(Saved data entries)
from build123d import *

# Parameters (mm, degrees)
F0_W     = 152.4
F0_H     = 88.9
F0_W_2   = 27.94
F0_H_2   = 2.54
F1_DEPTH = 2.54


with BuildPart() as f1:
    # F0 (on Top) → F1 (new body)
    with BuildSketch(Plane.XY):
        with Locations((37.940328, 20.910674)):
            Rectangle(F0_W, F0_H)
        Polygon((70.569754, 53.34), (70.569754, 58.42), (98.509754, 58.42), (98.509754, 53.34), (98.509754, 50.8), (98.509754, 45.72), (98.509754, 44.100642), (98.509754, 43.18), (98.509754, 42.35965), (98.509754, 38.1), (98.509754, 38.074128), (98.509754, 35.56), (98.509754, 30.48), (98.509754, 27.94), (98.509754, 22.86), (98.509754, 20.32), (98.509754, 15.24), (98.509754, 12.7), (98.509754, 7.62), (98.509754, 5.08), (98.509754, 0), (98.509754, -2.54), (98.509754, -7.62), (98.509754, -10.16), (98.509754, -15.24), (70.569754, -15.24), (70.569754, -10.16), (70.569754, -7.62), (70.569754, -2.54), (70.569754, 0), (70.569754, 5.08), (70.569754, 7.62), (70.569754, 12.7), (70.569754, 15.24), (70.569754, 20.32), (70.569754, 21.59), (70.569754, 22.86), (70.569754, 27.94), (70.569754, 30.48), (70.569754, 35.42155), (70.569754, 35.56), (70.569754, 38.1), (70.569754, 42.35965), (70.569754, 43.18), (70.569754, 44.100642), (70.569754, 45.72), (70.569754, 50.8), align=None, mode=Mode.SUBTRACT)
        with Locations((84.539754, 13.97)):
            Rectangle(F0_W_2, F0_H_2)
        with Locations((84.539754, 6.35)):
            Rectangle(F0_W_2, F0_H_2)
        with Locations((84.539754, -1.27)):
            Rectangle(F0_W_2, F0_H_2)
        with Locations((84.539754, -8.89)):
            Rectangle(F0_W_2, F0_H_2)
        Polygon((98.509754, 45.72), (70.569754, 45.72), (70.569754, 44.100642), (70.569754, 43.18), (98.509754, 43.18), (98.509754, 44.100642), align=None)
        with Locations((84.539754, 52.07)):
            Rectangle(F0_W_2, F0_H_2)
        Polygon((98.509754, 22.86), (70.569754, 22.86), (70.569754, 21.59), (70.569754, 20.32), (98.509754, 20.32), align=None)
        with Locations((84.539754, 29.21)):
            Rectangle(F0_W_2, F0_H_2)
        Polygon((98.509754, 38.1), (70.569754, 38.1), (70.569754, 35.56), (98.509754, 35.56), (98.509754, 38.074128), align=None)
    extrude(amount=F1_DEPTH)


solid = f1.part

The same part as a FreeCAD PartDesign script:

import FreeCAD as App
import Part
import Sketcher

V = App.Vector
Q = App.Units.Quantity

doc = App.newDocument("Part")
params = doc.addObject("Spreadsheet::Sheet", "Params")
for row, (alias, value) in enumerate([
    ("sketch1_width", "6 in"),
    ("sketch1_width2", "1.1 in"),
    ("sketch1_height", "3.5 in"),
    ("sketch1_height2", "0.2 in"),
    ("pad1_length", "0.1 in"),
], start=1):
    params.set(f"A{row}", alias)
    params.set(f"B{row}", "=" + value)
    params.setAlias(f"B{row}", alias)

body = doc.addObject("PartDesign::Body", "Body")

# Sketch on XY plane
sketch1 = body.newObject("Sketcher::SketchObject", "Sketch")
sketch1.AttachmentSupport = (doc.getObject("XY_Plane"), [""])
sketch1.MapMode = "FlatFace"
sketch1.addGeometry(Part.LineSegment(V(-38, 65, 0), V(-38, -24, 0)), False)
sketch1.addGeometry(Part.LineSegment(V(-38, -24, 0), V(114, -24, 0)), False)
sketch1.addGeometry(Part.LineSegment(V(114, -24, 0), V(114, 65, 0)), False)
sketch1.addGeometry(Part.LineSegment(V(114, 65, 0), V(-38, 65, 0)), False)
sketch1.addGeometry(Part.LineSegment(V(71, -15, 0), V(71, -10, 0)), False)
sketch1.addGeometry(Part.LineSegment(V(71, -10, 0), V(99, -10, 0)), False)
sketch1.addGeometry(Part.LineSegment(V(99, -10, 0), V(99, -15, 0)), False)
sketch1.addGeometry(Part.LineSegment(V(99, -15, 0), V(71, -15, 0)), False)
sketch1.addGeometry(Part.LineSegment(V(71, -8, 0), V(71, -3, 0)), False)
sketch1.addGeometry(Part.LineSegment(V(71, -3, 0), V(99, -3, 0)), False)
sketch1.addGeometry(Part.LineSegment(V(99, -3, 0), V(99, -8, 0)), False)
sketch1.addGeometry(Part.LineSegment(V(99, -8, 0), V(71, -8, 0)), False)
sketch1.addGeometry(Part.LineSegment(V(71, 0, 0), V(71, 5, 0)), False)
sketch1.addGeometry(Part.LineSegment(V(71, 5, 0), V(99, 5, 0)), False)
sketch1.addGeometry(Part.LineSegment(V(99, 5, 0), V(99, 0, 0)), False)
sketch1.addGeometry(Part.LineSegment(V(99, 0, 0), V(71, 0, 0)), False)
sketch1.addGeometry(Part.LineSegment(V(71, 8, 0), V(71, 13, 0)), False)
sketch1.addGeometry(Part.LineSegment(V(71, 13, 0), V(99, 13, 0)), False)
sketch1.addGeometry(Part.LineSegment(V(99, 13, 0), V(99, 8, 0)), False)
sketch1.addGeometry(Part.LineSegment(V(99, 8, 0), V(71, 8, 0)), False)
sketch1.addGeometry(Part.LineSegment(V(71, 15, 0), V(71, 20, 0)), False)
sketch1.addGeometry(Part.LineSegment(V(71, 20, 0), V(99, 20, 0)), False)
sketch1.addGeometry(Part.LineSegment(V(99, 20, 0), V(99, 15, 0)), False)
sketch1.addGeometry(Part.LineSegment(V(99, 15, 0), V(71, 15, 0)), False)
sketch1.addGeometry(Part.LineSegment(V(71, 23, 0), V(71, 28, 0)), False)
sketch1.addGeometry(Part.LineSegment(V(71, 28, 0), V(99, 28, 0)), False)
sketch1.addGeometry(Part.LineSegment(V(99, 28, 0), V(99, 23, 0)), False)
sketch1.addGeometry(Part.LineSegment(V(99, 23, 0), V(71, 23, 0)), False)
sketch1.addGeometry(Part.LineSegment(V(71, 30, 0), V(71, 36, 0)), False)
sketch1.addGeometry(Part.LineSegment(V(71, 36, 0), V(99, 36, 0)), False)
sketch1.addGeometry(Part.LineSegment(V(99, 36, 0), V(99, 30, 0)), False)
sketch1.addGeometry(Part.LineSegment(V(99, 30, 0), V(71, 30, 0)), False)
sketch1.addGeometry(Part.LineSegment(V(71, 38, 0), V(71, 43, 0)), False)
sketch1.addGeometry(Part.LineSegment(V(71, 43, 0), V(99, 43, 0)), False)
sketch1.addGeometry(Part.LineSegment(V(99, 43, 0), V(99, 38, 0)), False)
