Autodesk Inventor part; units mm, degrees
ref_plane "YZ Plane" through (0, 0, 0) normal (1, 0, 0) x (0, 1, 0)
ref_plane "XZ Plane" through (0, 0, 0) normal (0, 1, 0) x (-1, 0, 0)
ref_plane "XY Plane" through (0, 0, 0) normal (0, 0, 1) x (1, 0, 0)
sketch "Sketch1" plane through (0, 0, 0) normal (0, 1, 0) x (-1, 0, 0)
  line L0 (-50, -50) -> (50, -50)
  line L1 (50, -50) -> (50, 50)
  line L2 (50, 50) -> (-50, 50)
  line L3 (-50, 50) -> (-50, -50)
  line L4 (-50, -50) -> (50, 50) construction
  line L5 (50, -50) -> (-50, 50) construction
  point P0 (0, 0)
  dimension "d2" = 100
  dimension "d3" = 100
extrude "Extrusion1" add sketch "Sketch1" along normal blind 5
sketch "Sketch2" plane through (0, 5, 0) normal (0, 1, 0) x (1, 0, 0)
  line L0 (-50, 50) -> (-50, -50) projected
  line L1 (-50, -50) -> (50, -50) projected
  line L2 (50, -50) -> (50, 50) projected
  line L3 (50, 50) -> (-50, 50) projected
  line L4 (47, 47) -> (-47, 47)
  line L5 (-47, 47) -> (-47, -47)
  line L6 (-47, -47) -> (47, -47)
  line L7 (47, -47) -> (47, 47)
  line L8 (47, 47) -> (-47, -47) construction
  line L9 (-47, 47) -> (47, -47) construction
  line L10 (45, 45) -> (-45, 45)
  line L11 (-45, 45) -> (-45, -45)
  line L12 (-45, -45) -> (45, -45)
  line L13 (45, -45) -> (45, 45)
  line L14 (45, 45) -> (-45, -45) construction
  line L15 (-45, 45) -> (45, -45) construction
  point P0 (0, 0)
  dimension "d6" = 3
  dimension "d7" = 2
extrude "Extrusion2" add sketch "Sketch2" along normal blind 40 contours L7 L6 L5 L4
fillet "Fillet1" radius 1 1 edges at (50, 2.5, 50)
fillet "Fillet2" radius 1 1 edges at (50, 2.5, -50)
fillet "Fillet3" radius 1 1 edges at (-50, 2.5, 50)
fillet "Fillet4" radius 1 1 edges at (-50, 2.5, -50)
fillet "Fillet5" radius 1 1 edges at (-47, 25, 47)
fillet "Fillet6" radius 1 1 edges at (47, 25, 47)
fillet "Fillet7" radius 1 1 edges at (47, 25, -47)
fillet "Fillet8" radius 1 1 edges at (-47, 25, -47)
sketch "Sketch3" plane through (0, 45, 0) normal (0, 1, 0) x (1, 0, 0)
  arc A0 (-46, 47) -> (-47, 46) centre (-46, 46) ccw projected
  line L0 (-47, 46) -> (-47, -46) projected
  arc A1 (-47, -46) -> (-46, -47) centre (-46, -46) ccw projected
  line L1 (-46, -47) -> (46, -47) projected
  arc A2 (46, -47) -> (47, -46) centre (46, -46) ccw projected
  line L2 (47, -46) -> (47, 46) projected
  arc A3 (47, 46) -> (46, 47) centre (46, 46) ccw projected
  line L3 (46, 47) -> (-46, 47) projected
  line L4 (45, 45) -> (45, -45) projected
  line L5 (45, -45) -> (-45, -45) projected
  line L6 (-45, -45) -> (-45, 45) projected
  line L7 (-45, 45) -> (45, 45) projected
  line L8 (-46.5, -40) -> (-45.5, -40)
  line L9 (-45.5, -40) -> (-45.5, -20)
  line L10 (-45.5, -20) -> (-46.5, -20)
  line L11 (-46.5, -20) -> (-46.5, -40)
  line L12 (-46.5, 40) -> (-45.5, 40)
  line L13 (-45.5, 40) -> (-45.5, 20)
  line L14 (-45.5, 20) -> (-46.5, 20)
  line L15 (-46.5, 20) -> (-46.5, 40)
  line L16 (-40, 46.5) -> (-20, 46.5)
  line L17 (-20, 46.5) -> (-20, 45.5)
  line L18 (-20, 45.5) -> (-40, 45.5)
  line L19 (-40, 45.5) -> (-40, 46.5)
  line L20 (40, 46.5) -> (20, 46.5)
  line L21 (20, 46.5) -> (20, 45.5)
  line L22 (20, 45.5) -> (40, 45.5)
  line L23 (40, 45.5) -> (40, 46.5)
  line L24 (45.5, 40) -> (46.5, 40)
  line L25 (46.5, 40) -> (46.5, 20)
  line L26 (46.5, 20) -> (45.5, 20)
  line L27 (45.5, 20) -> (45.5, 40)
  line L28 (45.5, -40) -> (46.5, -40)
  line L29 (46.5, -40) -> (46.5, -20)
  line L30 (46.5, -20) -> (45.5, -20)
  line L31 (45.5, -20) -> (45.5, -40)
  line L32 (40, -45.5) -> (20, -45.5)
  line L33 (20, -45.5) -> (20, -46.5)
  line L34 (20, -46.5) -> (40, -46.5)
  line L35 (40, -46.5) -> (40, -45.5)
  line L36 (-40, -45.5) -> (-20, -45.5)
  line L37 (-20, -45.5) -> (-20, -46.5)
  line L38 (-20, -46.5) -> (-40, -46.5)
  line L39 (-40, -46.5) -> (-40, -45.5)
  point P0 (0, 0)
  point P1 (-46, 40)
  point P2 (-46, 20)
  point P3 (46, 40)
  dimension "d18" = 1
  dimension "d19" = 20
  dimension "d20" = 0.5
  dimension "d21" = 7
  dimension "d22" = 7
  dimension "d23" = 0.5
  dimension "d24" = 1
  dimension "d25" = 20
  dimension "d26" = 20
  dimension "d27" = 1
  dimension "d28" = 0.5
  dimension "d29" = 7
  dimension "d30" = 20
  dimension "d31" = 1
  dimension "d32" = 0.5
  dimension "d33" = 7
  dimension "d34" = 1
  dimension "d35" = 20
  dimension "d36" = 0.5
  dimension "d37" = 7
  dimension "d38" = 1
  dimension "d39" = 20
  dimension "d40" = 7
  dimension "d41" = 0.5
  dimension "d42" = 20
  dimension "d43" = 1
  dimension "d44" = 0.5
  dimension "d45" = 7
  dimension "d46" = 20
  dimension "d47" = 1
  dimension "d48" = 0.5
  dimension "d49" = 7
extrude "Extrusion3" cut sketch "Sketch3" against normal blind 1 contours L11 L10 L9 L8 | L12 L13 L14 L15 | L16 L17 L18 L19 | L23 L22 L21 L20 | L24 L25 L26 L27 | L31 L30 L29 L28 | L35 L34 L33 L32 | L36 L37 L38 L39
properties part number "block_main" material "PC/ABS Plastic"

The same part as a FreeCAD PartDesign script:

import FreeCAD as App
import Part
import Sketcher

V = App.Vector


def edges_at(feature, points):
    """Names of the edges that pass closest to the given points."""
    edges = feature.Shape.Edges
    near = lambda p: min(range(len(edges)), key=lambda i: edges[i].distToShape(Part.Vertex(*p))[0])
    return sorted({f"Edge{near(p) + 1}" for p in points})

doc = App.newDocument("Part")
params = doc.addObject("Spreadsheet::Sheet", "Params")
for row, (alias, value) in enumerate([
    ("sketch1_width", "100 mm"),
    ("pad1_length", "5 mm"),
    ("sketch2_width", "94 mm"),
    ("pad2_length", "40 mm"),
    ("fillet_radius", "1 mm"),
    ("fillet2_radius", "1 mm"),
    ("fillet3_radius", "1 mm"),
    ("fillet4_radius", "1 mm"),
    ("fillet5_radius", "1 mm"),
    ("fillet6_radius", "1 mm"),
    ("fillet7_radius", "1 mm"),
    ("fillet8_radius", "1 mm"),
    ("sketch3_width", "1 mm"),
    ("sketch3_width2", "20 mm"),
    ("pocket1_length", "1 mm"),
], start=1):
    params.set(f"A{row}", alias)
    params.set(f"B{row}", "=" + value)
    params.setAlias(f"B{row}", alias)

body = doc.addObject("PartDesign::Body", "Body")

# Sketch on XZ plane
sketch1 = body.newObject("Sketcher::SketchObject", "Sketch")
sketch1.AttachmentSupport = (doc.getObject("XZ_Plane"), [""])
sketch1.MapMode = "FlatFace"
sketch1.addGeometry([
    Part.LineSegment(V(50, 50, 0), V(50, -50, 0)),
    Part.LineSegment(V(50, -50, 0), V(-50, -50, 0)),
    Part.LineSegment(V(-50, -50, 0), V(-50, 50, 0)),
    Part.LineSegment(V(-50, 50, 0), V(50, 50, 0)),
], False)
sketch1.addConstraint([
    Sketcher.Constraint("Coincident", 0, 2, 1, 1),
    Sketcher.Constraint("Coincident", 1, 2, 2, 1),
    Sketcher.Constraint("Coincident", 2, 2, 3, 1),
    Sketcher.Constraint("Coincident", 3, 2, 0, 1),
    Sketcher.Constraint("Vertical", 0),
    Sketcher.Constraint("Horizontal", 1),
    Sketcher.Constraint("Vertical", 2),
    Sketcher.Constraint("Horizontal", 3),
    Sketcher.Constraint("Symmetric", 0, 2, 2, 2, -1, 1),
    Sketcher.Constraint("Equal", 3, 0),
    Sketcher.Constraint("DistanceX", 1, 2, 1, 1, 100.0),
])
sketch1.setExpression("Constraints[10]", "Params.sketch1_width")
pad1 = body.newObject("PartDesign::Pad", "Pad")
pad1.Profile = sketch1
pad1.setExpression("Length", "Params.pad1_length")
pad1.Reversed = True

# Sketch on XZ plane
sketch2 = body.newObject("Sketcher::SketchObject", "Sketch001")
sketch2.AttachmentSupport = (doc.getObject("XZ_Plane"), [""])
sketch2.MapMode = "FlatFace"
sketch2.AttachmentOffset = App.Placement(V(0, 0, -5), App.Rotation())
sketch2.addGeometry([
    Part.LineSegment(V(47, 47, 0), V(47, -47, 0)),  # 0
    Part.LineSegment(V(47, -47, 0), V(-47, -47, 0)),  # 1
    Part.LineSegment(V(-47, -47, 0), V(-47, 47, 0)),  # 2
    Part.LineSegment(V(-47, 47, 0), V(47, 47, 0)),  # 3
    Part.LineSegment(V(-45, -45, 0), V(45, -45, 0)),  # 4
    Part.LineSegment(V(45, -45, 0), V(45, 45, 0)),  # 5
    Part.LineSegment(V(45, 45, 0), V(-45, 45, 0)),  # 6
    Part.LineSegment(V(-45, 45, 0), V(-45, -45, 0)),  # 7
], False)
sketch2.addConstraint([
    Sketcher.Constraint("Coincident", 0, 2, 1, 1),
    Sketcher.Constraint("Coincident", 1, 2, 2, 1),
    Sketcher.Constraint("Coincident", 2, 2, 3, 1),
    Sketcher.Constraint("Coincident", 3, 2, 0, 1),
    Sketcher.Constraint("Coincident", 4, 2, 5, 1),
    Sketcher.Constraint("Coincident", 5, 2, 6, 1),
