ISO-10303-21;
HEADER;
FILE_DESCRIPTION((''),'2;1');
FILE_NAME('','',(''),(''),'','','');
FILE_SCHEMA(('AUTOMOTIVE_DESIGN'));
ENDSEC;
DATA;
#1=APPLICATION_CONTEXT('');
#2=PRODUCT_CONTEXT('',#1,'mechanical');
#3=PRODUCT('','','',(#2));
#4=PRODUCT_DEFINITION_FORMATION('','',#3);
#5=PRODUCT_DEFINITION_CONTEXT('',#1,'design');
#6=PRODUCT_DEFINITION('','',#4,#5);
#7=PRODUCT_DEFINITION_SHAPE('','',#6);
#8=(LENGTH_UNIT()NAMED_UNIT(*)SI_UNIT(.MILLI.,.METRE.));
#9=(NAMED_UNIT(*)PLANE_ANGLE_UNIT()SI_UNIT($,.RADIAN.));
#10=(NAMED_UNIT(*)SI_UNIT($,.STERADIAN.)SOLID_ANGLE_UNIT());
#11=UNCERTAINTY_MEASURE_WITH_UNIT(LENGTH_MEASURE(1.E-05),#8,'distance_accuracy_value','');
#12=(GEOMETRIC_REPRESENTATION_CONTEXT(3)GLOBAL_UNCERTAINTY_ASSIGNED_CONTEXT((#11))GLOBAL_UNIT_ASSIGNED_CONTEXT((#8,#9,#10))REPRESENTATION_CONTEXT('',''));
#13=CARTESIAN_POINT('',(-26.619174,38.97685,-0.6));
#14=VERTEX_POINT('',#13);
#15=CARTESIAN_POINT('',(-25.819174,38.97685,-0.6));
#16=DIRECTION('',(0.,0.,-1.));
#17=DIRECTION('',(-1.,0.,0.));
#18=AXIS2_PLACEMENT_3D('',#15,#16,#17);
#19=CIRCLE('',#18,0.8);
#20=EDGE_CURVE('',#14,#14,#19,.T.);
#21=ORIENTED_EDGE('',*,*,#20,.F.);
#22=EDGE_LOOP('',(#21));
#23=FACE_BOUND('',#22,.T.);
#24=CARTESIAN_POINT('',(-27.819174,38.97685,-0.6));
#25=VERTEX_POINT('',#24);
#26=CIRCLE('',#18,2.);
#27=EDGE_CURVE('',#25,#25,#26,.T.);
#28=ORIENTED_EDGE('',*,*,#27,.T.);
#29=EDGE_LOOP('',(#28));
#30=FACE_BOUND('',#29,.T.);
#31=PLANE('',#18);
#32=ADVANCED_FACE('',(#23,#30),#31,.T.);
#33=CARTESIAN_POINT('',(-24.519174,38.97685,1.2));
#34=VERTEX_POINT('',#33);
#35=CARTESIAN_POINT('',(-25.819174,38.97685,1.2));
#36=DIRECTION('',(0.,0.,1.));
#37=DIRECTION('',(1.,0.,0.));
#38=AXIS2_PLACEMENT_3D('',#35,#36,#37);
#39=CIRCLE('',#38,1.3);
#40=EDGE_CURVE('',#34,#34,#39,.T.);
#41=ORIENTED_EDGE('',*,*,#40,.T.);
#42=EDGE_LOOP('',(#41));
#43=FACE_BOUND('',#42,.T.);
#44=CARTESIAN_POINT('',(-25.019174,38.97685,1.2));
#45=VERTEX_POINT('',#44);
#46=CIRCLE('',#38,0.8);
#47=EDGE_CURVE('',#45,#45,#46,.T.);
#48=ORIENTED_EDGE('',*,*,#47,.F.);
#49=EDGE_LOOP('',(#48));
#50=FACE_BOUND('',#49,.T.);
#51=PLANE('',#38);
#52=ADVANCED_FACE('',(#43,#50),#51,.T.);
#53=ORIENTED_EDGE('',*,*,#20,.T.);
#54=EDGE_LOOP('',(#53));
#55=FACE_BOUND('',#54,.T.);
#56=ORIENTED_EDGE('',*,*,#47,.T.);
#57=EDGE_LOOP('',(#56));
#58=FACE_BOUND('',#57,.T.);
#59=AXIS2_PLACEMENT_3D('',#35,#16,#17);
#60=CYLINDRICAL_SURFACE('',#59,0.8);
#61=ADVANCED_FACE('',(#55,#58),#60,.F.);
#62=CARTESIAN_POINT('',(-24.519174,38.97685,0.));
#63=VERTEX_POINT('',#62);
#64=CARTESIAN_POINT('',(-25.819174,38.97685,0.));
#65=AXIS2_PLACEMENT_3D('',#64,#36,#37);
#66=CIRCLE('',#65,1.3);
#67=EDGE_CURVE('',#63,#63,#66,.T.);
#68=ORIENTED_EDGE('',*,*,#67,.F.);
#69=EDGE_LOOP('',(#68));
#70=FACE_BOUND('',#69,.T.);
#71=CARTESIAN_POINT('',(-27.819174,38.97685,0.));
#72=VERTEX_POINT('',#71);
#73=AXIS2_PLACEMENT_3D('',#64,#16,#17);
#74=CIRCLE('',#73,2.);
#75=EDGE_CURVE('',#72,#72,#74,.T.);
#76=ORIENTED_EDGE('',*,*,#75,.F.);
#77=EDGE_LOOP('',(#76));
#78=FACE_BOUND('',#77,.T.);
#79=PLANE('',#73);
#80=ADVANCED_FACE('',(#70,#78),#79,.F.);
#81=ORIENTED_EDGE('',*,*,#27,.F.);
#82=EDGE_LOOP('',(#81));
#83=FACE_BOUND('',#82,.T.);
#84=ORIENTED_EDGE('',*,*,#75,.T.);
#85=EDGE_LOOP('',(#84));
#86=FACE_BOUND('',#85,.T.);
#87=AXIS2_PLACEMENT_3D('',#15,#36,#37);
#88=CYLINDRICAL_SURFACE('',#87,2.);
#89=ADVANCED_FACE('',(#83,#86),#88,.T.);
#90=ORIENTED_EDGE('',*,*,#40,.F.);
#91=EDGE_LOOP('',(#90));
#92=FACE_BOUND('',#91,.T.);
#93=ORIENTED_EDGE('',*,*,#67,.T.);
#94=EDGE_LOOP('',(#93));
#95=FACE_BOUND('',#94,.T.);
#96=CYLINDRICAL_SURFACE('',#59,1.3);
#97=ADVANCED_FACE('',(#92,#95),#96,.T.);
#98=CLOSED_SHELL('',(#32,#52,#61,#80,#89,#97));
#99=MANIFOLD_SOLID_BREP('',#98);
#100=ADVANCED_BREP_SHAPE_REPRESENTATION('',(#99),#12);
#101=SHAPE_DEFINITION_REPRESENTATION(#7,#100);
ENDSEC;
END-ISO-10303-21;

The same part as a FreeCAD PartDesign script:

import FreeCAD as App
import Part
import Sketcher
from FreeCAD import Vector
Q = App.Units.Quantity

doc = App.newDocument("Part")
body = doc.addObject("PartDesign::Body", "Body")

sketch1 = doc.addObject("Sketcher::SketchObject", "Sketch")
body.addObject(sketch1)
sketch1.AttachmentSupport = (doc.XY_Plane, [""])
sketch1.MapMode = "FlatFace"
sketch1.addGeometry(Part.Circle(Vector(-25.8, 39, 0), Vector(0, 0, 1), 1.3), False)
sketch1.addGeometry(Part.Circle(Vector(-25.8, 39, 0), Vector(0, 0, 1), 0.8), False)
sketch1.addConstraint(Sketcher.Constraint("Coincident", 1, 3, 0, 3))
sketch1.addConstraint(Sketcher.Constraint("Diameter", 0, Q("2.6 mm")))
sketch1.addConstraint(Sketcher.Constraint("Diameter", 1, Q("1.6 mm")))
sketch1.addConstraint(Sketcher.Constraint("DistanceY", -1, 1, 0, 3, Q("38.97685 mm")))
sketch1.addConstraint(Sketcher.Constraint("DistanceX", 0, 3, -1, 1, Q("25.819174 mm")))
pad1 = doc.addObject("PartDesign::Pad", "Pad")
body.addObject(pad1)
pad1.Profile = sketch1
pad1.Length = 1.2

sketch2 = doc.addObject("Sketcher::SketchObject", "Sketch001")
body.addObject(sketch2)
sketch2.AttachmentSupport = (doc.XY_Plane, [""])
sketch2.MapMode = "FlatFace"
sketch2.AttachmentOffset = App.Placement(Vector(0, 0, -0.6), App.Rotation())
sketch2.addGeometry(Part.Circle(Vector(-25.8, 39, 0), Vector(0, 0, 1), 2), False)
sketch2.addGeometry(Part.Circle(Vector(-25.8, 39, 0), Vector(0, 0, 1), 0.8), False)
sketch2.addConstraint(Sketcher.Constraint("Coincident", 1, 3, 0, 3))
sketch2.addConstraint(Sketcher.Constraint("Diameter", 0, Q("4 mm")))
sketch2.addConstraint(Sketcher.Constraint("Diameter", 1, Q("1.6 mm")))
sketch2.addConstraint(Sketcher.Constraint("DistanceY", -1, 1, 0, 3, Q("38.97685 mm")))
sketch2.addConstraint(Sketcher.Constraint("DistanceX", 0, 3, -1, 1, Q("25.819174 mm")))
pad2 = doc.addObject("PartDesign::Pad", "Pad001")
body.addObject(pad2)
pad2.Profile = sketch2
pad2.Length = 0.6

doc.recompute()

▶ _Required action_
Search the data above for the string "blind" and report each line that holds it.

▶ _Output of the exercise_
extrude "Extrusion1" add sketch "Sketch1" along normal blind 5
extrude "Extrusion2" add sketch "Sketch2" along normal blind 40 contours L7 L6 L5 L4
extrude "Extrusion3" cut sketch "Sketch3" against normal blind 1 contours L11 L10 L9 L8 | L12 L13 L14 L15 | L16 L17 L18 L19 | L23 L22 L21 L20 | L24 L25 L26 L27 | L31 L30 L29 L28 | L35 L34 L33 L32 | L36 L37 L38 L39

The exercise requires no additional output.